I've thought about suicide twice before in my life.
Are you okay talking about it?
You don't have to.
The first time I wanted to kill myself was in winter of 2010,
right after I turned 18,
because...
It's so stupid, it's not my crush's fault, but I was sad that my crush didn't want to go out with me, so I thought, okay, there's no point
in living if I can't live without her, you know, I can look back on that and think,
wow, that was a dumb thing to feel.
The last time I did it,
which was last summer during the pandemic.
Evan, you're in charge here.
Sorry, sorry, sorry.
Yeah, it's whatever you want to share.
There was a friend that I was getting really close with who had teased the prospect of a casual, you know, sexual relationship. That wouldn't lead to anything serious, but, you know, she was a gorgeous woman.
She had amazing features quite a few years. So I thought it would be great to get that experience. So then I asked her if she still was interested. And then she just said, No, I'm not. And then the conversation kind of ended a little abruptly and i felt awkward for even asking because
she put uh that kind of a sexual casual relationship on the table months ago but
then it occurred to me that yes it is her body it's her choice she can withdraw consent anytime
she wants she doesn't owe me anything but because i felt like I didn't have the magical power that guys have to seduce
girls, that I had no purpose, and was therefore useless.
I biked down to the shore of Lake Ontario, and I sat there for an hour thinking, you know,
I could just walk into the water and not come out and just let the lake have me.
And then when I realized how serious I was, I texted two of my friends. One was, I texted roommate, and I also texted this other friend of mine
who had been suicidal before,
and I knew they were the best people to talk to about this.
Then once I sent those text messages,
I knew that, you know, just go back home, talk it out with them,
and everything will be fine.
And I felt somewhat better at the end of the night.

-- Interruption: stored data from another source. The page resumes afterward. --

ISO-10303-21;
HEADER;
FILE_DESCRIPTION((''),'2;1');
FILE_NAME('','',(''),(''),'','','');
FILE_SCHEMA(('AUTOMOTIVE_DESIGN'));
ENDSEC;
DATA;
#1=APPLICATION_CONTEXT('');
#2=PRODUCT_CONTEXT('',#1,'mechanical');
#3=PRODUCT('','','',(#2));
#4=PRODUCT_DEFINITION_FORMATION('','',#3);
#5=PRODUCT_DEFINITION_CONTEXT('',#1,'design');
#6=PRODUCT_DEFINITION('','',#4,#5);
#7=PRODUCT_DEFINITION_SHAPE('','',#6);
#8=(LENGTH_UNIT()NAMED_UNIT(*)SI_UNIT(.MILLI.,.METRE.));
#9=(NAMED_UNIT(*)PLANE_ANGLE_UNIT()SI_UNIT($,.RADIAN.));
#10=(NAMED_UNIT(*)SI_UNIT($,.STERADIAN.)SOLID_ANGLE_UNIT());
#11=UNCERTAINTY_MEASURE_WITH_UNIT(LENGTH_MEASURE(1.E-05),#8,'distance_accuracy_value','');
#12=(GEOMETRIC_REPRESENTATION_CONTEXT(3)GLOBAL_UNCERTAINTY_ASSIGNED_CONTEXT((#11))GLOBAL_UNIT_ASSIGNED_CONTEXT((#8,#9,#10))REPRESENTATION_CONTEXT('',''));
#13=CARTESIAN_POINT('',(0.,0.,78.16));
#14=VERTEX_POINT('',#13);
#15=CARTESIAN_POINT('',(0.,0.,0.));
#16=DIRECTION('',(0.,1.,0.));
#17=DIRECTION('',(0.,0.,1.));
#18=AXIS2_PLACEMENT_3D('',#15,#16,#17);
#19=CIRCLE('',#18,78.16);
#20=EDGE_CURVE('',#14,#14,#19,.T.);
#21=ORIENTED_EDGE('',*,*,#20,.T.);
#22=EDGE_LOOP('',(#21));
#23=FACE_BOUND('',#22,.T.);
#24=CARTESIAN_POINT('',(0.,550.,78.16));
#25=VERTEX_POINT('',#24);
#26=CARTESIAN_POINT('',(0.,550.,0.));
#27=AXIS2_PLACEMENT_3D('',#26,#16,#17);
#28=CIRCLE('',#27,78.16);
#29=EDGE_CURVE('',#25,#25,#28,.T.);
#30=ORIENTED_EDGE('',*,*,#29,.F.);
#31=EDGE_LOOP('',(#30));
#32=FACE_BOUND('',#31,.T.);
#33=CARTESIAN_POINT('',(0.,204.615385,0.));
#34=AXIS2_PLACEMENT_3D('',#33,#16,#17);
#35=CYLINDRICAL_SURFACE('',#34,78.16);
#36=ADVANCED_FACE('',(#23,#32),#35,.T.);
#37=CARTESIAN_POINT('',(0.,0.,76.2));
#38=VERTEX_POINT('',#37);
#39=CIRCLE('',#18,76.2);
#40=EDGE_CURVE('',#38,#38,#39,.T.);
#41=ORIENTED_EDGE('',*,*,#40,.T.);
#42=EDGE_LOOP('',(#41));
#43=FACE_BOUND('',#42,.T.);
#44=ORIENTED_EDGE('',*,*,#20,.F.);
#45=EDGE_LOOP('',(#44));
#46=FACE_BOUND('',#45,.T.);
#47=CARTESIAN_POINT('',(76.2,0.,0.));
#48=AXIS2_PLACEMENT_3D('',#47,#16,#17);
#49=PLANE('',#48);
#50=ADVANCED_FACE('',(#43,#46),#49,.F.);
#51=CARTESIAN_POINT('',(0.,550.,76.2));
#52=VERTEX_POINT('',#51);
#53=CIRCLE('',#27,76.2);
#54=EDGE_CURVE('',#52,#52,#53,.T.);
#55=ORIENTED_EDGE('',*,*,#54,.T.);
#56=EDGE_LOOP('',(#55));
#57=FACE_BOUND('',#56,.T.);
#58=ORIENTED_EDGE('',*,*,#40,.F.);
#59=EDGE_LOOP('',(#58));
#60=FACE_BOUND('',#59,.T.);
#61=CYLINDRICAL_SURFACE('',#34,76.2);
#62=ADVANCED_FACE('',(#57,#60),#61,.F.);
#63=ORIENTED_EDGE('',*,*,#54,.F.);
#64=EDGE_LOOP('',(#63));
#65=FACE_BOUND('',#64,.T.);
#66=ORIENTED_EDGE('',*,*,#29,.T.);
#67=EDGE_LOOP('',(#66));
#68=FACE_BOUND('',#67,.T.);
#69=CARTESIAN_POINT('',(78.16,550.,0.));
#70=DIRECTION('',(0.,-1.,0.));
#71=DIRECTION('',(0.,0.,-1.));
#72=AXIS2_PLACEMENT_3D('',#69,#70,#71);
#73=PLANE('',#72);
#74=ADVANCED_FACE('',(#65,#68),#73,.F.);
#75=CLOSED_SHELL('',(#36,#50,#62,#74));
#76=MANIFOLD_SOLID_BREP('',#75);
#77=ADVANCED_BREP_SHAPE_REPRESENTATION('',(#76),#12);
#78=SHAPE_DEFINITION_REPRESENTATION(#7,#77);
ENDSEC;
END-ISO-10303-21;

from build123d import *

# Parameters (mm, degrees)
SKETCH1_W = 1.96
SKETCH1_H = 550


with BuildPart() as part:
    # Sketch1 → Revolve1 (revolve)
    with BuildSketch(Plane.XY, mode=Mode.PRIVATE) as revolve1_sk:
        with Locations((77.18, 275)):
            Rectangle(SKETCH1_W, SKETCH1_H)
    revolve(revolve1_sk.sketch.rotate(Axis((0, 204.615384615, 0), (0, -1, 0)), 90), axis=Axis((0, 204.615384615, 0), (0, -1, 0)))


solid = part.part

So when you were in that dark place,
what were you feeling?
Did it feel out of control?
How would you describe?
It felt out of control.
It felt like no matter how much I would try to accomplish things,
they wouldn't work out for me.
That's the easiest way I can sum it up.
Were you feeling like you could never find a relationship?
Yeah, I did.
I did feel like I felt like love wasn't going to work out for me
the sadness feels like it's never going to end
but it does end right eventually it does yes
young people on the spectrum are about three times more likely to attempt suicide than neurotypical youth.
That means that they're more likely to need access to crisis intervention, counselling and other kinds of support.

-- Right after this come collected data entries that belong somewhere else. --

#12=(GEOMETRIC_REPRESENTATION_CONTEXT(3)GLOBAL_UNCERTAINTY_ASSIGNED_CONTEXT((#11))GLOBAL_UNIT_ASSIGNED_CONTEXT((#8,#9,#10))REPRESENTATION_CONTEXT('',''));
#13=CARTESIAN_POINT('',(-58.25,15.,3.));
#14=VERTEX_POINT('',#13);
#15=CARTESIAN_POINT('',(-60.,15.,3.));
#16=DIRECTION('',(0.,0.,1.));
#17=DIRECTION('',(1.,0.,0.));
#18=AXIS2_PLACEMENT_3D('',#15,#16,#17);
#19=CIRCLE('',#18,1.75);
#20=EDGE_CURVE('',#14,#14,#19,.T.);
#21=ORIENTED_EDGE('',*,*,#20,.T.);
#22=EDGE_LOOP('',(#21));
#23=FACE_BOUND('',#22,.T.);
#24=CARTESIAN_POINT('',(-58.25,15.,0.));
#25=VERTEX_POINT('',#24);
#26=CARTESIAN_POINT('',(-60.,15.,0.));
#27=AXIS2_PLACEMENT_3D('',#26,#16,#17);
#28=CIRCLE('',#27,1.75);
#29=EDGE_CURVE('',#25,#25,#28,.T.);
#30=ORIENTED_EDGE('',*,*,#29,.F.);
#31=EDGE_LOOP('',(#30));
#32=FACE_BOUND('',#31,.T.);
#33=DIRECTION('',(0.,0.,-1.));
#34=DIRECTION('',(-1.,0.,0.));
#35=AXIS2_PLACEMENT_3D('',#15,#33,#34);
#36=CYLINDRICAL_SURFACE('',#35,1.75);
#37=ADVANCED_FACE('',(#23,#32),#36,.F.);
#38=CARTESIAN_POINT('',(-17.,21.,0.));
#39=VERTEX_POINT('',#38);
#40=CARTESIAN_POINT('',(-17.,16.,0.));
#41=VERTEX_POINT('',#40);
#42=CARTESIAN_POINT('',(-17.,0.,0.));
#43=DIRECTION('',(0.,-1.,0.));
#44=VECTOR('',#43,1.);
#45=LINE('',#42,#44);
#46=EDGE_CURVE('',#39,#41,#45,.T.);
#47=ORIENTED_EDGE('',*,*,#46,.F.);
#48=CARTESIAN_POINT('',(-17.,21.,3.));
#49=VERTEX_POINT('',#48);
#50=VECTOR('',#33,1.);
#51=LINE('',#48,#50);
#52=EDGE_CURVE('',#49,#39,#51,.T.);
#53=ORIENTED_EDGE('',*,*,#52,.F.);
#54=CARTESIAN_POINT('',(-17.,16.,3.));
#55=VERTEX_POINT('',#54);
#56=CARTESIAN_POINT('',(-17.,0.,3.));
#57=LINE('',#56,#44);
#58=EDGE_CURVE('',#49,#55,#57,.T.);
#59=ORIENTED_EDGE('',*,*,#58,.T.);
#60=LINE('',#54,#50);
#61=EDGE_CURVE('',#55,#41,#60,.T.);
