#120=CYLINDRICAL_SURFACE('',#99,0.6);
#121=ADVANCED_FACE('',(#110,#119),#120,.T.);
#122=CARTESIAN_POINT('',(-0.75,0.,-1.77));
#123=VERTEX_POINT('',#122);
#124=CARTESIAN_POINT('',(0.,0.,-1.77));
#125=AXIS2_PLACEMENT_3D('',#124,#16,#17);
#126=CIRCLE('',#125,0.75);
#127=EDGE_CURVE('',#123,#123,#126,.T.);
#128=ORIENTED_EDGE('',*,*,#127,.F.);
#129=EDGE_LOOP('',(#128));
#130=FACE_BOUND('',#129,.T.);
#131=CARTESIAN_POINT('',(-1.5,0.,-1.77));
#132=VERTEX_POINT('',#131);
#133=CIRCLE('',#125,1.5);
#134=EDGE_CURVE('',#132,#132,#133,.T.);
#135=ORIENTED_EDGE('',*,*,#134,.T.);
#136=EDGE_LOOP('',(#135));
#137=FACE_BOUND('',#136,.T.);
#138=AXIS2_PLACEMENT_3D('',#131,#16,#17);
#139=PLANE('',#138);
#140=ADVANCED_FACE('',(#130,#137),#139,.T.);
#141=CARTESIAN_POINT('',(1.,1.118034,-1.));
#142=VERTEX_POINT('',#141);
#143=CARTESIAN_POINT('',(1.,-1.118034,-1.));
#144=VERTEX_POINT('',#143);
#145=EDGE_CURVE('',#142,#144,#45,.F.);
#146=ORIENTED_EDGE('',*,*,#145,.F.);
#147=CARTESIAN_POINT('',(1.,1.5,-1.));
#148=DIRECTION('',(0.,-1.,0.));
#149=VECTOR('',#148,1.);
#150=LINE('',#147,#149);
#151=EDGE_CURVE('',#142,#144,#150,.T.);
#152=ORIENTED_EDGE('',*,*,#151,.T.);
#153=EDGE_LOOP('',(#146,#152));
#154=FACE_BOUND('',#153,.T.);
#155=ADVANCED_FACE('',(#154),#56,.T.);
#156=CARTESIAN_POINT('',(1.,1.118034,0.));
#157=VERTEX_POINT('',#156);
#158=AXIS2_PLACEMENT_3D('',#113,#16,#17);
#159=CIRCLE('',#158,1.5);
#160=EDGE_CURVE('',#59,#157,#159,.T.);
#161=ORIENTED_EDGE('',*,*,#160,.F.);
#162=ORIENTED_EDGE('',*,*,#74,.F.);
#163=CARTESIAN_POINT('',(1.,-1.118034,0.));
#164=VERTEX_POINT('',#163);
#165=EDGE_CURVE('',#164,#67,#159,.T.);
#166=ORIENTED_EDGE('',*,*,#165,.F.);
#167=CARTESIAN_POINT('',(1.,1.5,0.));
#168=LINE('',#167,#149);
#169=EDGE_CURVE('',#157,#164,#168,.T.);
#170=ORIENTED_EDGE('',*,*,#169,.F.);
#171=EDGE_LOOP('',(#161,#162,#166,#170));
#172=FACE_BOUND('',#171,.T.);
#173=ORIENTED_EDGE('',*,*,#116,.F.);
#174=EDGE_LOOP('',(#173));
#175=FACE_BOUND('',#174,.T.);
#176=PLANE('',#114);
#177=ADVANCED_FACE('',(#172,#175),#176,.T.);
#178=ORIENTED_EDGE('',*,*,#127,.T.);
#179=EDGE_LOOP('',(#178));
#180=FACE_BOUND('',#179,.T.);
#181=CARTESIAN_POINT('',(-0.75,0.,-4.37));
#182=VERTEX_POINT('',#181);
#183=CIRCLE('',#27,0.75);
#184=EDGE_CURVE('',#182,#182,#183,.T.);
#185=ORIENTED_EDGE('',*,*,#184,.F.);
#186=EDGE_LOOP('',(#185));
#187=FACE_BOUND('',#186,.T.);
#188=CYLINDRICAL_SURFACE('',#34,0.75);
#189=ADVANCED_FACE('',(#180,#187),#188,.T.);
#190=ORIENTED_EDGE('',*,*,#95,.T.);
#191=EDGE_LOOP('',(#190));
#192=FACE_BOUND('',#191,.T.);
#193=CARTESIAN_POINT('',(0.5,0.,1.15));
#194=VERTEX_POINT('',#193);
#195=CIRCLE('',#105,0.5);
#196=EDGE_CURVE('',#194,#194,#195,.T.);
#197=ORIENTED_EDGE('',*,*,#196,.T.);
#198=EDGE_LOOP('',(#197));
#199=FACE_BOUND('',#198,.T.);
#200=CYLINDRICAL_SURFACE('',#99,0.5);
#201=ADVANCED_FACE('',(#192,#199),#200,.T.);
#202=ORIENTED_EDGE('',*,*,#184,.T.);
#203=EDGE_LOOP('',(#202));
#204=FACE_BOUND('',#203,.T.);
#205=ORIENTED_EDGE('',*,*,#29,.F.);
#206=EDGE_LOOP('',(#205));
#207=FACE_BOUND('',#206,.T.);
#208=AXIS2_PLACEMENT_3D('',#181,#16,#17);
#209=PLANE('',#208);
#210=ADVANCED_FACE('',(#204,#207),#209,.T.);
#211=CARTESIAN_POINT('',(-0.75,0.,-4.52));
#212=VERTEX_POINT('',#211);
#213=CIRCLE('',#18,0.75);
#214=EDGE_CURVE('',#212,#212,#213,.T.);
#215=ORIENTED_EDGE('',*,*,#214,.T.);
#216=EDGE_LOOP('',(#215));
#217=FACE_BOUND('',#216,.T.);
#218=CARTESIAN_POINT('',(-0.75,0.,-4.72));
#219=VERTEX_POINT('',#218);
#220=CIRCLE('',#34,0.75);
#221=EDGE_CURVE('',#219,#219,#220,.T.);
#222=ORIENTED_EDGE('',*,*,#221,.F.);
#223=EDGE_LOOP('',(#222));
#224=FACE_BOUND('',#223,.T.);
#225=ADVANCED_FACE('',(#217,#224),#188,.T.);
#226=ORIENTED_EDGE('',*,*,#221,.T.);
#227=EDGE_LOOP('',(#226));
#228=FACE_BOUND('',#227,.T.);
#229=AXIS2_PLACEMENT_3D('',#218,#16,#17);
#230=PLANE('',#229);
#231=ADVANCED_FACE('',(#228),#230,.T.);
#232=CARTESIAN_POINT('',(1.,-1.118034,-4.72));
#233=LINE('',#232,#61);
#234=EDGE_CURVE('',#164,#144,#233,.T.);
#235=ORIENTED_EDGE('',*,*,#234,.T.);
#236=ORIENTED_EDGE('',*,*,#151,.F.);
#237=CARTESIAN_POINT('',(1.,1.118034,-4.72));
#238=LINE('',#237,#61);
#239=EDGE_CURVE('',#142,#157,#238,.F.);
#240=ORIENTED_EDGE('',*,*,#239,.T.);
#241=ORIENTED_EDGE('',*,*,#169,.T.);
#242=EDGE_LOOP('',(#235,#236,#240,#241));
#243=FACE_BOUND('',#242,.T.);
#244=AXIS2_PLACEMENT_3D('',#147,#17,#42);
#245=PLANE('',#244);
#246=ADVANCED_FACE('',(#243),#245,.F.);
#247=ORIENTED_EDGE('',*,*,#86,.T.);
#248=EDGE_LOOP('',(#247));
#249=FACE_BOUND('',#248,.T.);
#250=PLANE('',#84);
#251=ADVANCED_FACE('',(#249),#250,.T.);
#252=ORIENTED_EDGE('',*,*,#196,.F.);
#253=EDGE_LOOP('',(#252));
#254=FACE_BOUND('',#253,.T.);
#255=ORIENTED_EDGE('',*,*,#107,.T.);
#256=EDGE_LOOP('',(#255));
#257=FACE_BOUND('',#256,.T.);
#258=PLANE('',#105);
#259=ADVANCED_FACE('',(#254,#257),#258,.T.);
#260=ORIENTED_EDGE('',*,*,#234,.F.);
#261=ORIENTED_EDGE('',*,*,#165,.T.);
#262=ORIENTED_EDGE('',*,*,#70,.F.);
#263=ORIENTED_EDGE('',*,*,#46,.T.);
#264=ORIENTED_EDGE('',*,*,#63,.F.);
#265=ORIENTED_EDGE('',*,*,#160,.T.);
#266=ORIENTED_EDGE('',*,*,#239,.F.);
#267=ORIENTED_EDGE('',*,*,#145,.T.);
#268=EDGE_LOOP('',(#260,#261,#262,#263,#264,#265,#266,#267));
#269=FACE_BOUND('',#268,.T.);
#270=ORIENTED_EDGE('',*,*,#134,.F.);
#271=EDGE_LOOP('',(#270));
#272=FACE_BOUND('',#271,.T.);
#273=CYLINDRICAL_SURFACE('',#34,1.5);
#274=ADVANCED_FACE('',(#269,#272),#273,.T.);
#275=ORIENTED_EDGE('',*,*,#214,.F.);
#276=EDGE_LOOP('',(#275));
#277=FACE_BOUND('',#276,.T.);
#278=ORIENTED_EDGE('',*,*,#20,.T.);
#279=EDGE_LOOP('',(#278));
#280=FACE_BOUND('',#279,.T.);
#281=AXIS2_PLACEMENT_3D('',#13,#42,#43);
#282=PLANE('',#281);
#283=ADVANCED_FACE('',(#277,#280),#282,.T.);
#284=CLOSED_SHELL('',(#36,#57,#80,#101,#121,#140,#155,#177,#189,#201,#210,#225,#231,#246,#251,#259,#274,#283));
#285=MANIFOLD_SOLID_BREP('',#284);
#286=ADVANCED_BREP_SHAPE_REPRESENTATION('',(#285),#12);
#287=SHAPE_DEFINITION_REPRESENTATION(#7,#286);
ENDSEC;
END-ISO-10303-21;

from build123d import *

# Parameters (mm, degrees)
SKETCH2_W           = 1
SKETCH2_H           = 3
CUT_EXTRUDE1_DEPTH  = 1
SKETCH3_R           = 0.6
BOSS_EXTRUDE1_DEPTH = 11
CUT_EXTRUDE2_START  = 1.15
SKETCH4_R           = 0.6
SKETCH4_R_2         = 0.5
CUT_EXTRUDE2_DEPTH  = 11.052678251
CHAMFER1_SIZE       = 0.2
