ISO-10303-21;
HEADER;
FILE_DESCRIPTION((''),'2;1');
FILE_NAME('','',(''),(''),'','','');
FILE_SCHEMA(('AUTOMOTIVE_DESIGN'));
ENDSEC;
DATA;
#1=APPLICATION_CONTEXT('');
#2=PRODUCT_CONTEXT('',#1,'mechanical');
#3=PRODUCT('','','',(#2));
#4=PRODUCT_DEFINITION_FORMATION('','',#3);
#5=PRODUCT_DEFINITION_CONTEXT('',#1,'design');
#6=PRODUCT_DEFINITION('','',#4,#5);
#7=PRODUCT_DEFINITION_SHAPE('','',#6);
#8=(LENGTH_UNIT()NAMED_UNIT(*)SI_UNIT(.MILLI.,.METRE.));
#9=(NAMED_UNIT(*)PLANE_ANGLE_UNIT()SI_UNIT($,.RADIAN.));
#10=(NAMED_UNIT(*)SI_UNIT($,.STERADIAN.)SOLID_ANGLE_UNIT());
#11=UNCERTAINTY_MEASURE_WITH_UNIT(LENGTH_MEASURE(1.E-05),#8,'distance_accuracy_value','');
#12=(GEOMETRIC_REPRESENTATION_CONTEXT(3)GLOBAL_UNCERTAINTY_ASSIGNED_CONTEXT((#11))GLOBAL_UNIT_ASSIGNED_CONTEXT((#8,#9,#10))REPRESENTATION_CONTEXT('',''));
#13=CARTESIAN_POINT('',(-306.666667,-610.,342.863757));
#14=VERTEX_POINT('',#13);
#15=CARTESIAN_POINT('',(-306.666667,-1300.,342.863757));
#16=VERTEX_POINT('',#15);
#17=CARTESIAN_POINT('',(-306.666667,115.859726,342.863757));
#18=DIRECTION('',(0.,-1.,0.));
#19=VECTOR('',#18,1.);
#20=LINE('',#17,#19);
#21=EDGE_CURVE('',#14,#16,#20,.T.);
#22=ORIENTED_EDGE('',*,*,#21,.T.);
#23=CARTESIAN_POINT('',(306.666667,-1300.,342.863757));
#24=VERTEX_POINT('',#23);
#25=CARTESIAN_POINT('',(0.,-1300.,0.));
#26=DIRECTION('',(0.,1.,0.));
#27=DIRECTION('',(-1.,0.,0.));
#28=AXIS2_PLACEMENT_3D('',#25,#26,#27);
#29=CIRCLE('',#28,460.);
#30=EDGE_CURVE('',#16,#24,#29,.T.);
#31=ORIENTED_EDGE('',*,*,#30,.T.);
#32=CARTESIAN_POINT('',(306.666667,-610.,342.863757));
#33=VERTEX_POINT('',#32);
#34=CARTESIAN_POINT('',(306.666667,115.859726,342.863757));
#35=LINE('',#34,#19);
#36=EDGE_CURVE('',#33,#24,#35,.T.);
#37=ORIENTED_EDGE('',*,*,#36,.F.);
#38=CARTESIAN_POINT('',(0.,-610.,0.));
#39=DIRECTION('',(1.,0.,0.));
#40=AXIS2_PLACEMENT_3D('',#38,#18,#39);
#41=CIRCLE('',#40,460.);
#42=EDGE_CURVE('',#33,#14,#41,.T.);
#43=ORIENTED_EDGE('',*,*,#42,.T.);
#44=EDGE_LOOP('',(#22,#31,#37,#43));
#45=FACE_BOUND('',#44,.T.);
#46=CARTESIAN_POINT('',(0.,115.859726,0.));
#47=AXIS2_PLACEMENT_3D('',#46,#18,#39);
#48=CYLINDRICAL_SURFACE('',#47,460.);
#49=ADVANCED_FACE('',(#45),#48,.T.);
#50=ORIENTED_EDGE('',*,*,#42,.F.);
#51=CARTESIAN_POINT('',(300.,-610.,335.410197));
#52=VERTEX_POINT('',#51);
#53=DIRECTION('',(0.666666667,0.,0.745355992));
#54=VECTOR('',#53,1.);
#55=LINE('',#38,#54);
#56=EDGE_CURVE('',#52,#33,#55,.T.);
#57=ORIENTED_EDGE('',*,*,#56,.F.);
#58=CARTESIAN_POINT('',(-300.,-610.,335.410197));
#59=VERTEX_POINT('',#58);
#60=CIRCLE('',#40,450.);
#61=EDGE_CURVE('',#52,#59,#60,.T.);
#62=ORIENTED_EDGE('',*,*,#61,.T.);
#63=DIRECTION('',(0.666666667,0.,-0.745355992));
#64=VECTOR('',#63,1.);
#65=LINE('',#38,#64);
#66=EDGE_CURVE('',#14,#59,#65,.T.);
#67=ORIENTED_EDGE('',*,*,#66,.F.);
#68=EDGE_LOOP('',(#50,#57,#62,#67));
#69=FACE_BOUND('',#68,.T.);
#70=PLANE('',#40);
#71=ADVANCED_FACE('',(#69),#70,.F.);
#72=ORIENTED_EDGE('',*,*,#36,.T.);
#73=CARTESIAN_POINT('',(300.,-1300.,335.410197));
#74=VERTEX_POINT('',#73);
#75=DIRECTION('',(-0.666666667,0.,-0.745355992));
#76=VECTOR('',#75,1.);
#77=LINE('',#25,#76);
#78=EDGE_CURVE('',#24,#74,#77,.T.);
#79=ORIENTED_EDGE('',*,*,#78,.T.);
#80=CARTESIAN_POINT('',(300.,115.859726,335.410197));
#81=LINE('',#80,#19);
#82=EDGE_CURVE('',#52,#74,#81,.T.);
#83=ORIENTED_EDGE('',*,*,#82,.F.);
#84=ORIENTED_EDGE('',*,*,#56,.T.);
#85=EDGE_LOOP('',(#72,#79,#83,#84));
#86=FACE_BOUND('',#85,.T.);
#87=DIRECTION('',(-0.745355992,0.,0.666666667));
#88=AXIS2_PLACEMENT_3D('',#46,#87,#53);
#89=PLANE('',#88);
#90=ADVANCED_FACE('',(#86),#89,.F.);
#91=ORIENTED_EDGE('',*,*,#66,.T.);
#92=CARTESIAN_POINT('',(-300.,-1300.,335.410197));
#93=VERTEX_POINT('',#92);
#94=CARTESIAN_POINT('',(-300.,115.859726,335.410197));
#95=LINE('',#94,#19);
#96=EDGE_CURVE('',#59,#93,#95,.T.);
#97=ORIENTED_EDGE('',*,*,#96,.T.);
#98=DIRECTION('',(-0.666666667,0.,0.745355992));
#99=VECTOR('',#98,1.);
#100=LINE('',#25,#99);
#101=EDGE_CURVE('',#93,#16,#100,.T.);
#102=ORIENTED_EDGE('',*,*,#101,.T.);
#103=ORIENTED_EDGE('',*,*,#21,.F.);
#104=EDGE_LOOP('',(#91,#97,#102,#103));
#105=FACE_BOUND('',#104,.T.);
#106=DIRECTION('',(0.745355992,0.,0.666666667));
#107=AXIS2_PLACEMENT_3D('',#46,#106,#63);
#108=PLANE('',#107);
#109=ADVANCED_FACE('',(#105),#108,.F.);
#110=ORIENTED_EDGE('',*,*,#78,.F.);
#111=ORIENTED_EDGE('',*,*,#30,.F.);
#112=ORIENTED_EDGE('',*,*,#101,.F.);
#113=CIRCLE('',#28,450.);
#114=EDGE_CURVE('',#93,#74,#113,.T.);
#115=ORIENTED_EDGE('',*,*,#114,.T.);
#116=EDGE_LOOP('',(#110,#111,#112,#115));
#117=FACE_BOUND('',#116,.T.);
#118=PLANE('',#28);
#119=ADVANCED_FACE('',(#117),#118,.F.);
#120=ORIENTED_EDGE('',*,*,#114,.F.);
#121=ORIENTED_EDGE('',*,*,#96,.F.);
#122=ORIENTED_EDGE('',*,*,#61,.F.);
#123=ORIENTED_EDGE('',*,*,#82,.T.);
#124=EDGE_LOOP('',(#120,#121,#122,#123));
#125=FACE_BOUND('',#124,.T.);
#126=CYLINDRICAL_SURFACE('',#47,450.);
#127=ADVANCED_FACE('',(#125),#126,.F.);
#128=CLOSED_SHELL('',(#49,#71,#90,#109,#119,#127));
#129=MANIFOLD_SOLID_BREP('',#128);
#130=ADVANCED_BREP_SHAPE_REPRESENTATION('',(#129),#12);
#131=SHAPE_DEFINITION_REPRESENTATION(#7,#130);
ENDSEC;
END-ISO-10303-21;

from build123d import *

# Parameters (mm, degrees)
BOSS_EXTRUDE1_START = -100
BOSS_EXTRUDE1_DEPTH = 690


with BuildPart() as part:
    # Sketch1 → Boss-Extrude1 (new body)
    with BuildSketch(Plane.XZ.offset(1400).offset(BOSS_EXTRUDE1_START)):
        with BuildLine():
            Line((-306.666666667, 342.86375655), (-300, 335.410196625))
            ThreePointArc((-300, 335.410196625), (0, 450), (300, 335.410196625))
            Line((300, 335.410196625), (306.666666667, 342.86375655))
            ThreePointArc((306.666666667, 342.86375655), (0, 460), (-306.666666667, 342.86375655))
        make_face()
    extrude(amount=-BOSS_EXTRUDE1_DEPTH)


solid = part.part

And those aren't always easy to access.
Evan had a solid group of friends who were there for him when he needed help.
But say you don't have that kind of real-world support.
Some autistic folk, including Alec Manassian, look online.
And this can be dangerous, because ASD often means seeing the world in black and white.
It can make it hard to understand irony, satire, and nuance.
And what ASD kids see on these forums can be pretty harsh.
Suicide isn't just normalized on these sites.
It's romanticized, and in some cases, it's encouraged.
I think it's fucking stupid to encourage people.
I don't agree with that at all.
Because suicide is hard.
It's hard to...
It is hard. It's hard to... It is hard.
I've only tried it once,
and I ended up in a coma for a few days.
It's very hard to get to that point
where you actually feel like you should just fucking do it.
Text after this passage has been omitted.